[[ SOURCE RECORDS, beginning ]]

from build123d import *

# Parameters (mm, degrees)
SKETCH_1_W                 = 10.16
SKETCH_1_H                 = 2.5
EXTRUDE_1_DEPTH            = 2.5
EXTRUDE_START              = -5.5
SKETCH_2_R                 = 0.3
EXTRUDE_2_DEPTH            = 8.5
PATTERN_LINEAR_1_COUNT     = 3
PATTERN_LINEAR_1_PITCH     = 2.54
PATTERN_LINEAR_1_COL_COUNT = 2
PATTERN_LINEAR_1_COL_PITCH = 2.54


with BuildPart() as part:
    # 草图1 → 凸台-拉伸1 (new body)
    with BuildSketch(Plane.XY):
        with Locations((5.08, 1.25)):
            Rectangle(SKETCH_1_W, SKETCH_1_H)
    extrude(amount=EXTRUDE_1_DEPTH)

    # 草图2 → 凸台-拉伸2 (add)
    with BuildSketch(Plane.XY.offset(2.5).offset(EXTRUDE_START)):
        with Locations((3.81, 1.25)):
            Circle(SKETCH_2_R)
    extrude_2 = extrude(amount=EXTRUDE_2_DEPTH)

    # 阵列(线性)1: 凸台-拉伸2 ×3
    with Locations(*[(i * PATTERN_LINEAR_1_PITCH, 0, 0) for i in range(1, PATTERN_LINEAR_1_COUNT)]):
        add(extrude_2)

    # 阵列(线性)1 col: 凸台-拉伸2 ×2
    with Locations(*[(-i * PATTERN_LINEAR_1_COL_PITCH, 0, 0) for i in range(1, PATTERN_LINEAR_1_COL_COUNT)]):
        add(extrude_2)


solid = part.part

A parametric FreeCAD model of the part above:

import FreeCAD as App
import Part
import Sketcher
Q = App.Units.Quantity

doc = App.newDocument("Part")
body = doc.addObject("PartDesign::Body", "Body")

# Sketch on XY plane
sketch1 = doc.addObject("Sketcher::SketchObject", "Sketch")
body.addObject(sketch1)
sketch1.AttachmentSupport = (doc.XY_Plane, [""])
sketch1.MapMode = "FlatFace"
sketch1.addGeometry(Part.LineSegment(App.Vector(0, 2.5, 0), App.Vector(0, 0, 0)), False)
sketch1.addGeometry(Part.LineSegment(App.Vector(0, 0, 0), App.Vector(10.2, 0, 0)), False)
sketch1.addGeometry(Part.LineSegment(App.Vector(10.2, 0, 0), App.Vector(10.2, 2.5, 0)), False)
sketch1.addGeometry(Part.LineSegment(App.Vector(10.2, 2.5, 0), App.Vector(0, 2.5, 0)), False)
sketch1.addConstraint(Sketcher.Constraint("Coincident", 0, 2, 1, 1))
sketch1.addConstraint(Sketcher.Constraint("Coincident", 1, 2, 2, 1))
sketch1.addConstraint(Sketcher.Constraint("Coincident", 2, 2, 3, 1))
sketch1.addConstraint(Sketcher.Constraint("Coincident", 3, 2, 0, 1))
sketch1.addConstraint(Sketcher.Constraint("Vertical", 0))
sketch1.addConstraint(Sketcher.Constraint("Horizontal", 1))
sketch1.addConstraint(Sketcher.Constraint("Vertical", 2))
sketch1.addConstraint(Sketcher.Constraint("Horizontal", 3))
sketch1.addConstraint(Sketcher.Constraint("Coincident", 0, 2, -1, 1))
sketch1.addConstraint(Sketcher.Constraint("DistanceY", 0, 2, 0, 1, Q("2.5 mm")))
sketch1.addConstraint(Sketcher.Constraint("DistanceX", 1, 1, 1, 2, Q("10.16 mm")))
pad1 = doc.addObject("PartDesign::Pad", "Pad")
body.addObject(pad1)
pad1.Profile = sketch1
pad1.Length = 2.5

# Sketch on XY plane
sketch2 = doc.addObject("Sketcher::SketchObject", "Sketch001")
body.addObject(sketch2)
sketch2.AttachmentSupport = (doc.XY_Plane, [""])
sketch2.MapMode = "FlatFace"
sketch2.AttachmentOffset = App.Placement(App.Vector(0, 0, -3), App.Rotation())
sketch2.addGeometry(Part.Circle(App.Vector(3.81, 1.25, 0), App.Vector(0, 0, 1), 0.3), False)
sketch2.addConstraint(Sketcher.Constraint("Diameter", 0, Q("0.6 mm")))
sketch2.addConstraint(Sketcher.Constraint("DistanceX", -1, 1, 0, 3, Q("3.81 mm")))
sketch2.addConstraint(Sketcher.Constraint("DistanceY", -1, 1, 0, 3, Q("1.25 mm")))
pad2 = doc.addObject("PartDesign::Pad", "Pad001")
body.addObject(pad2)
pad2.Profile = sketch2
pad2.Length = 8.5
doc.recompute()

linearpattern = doc.addObject("PartDesign::LinearPattern", "LinearPattern")
body.addObject(linearpattern)
linearpattern.Originals = [pad2]
linearpattern.Direction = (doc.X_Axis, [""])
linearpattern.Mode = "offset"
linearpattern.Offset = 2.54
linearpattern.Occurrences = 3
body.Tip = linearpattern
doc.recompute()

linearpattern2 = doc.addObject("PartDesign::LinearPattern", "LinearPattern001")
body.addObject(linearpattern2)
linearpattern2.Originals = [pad2]
linearpattern2.Direction = (doc.X_Axis, [""])
linearpattern2.Mode = "offset"
linearpattern2.Offset = 2.54
linearpattern2.Occurrences = 2
linearpattern2.Reversed = True
body.Tip = linearpattern2

doc.recompute()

[[ SOURCE RECORDS, end ]]

EXERCISE DIRECTIONS: Look over the entries above. Copy every line that contains the word "with".

TASK RESULT:
with BuildPart() as part:
    with BuildSketch(Plane.XY):
        with Locations((5.08, 1.25)):
    with BuildSketch(Plane.XY.offset(2.5).offset(EXTRUDE_START)):
        with Locations((3.81, 1.25)):
    with Locations(*[(i * PATTERN_LINEAR_1_PITCH, 0, 0) for i in range(1, PATTERN_LINEAR_1_COUNT)]):
    with Locations(*[(-i * PATTERN_LINEAR_1_COL_PITCH, 0, 0) for i in range(1, PATTERN_LINEAR_1_COL_COUNT)]):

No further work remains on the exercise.